I struggle a LOT with showing my writing to anyone. I mean...who do you show? My family will either tell me it's garbage (brothers in particular are good at this, I'd say) or pat me on the head and tell me I'm so smart and clever and no, they don't want to point out all the big boo-boos. Not to mention that I'd feel funny about revealing some parts of myself even to family. Know what I mean? Not that my stories have anything *bad* in them, but...I'd feel really weird about showing my brother stories where I, the author, am obviously in love with the main guy, or where I'm stealing characteristics and childhood stories from friends and relatives.

That goes double for the co-workers. And most of my co-workers and friends are not big readers. So...who does that leave? Random strangers at the book store?

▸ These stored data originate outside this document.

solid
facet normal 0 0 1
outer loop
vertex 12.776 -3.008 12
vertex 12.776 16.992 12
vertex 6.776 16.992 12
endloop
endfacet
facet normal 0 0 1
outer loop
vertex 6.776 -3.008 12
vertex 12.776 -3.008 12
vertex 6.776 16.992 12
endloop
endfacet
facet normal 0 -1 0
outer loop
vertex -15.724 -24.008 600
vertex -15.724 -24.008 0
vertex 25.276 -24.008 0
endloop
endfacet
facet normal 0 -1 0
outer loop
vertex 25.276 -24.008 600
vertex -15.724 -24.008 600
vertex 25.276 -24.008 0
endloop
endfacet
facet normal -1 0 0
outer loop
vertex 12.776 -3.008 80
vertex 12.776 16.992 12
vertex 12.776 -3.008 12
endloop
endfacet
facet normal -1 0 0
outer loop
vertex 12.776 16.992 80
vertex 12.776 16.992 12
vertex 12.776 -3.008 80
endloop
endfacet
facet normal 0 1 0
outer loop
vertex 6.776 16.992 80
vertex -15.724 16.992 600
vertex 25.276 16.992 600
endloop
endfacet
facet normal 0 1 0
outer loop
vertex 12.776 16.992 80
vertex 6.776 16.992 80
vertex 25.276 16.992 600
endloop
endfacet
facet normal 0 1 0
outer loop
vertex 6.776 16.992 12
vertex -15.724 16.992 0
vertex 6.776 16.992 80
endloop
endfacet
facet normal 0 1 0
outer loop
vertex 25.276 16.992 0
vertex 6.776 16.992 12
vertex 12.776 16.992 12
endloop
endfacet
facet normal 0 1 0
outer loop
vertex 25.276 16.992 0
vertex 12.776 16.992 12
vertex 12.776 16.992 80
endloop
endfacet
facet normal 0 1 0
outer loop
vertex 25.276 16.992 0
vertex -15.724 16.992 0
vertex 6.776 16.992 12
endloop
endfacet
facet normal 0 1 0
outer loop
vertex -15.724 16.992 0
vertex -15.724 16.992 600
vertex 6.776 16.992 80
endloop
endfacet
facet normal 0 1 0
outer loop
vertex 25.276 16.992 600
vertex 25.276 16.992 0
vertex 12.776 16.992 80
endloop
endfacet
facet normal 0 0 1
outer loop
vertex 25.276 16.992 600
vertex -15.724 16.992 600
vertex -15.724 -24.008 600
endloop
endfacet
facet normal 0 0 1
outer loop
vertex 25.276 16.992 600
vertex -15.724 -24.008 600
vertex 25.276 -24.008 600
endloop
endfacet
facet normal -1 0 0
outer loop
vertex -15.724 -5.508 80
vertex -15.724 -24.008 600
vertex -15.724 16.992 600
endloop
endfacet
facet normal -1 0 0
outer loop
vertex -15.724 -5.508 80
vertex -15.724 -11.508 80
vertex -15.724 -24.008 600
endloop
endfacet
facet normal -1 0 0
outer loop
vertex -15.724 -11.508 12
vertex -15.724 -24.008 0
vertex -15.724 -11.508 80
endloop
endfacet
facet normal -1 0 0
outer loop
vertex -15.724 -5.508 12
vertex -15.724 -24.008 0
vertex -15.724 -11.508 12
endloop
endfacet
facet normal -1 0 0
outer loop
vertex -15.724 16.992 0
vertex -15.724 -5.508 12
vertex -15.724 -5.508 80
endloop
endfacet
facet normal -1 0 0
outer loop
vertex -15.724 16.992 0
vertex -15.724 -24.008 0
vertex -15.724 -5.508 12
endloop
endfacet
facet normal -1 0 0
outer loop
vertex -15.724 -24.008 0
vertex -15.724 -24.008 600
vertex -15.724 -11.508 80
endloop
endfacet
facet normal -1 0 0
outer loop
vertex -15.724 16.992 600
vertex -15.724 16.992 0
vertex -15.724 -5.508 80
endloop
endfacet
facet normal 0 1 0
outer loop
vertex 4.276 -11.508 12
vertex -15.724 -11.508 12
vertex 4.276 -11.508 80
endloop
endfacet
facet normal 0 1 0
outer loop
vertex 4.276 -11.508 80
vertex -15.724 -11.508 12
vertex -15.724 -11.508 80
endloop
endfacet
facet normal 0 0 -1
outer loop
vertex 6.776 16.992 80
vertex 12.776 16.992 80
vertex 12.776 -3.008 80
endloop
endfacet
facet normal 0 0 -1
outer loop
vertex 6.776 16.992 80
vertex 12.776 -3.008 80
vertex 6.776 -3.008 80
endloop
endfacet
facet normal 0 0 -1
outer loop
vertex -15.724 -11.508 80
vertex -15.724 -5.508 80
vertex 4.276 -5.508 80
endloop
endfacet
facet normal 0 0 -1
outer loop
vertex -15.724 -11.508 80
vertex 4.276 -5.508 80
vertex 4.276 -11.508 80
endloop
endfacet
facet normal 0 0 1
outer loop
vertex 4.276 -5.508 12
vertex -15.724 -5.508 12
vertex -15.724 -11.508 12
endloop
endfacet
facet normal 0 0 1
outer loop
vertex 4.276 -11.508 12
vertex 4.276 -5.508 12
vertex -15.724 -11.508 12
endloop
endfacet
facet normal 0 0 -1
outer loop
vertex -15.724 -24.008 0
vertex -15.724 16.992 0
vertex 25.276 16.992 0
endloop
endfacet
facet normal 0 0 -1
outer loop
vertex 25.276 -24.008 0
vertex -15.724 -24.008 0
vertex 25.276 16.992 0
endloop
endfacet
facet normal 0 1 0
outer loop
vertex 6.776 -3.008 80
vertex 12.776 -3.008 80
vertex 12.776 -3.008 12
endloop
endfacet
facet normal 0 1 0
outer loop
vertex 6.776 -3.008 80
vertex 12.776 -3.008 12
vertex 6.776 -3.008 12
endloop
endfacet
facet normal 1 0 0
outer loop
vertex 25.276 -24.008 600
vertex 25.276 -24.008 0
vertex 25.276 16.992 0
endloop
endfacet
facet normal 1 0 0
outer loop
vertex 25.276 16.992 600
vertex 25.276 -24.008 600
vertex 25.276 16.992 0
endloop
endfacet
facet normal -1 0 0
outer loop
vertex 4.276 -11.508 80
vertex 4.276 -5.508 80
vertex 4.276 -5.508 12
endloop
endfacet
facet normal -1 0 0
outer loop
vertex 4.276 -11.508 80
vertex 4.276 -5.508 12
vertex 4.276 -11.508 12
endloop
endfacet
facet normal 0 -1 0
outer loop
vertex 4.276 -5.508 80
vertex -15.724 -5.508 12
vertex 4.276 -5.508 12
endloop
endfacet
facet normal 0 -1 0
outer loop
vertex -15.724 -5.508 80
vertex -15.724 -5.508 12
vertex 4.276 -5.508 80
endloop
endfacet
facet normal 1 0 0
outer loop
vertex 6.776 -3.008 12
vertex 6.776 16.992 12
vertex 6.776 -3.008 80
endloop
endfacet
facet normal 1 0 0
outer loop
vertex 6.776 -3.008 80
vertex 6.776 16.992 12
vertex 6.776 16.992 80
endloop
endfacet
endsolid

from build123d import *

# Parameters (mm, degrees)
F0_W     = 41
F0_H     = 41
F1_DEPTH = 600
F2_W     = 6
F2_H     = 68
F3_DEPTH = 20
F4_W     = 6
F4_H     = 68
F5_DEPTH = 20


with BuildPart() as f1:
    # F0 (on Top) → F1 (new body)
    with BuildSketch(Plane.XY):
        with Locations((4.776136, -3.508085)):
            Rectangle(F0_W, F0_H)
    extrude(amount=F1_DEPTH)

    # F2 (on face) → F3 (cut)
    with BuildSketch(Plane(origin=(-15.723864, 0, 0), x_dir=(0, -1, 0), z_dir=(-1, 0, 0))):
        with Locations((8.508085, 46)):
            Rectangle(F2_W, F2_H)
    extrude(amount=-F3_DEPTH, mode=Mode.SUBTRACT)

    # F4 (on face) → F5 (cut)
    with BuildSketch(Plane(origin=(0, 16.991915, 0), x_dir=(-1, 0, 0), z_dir=(0, 1, 0))):
        with Locations((-9.776136, 46)):
            Rectangle(F4_W, F4_H)
    extrude(amount=-F5_DEPTH, mode=Mode.SUBTRACT)


solid = f1.part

I still have a ton of re-writing to do before any of this becomes an issue, of course. That goes for my other stories, too.

typograph said...

I'd be happy just to have a sturdy typing stand and a place to put it, so I don't have to pack up my SM9 every time I'm finished.

Teri said...

I have a desk, but think I am going to bring over an even larger one and ditch the small one. I'm trying to weed the furniture collection down to manageable size. I usually use the typewriters on the kitchen table, a big round oak one.

Didn't finish Nano this year. Well there's always next November. I've still got the story to work on and will complete the story I did last year too.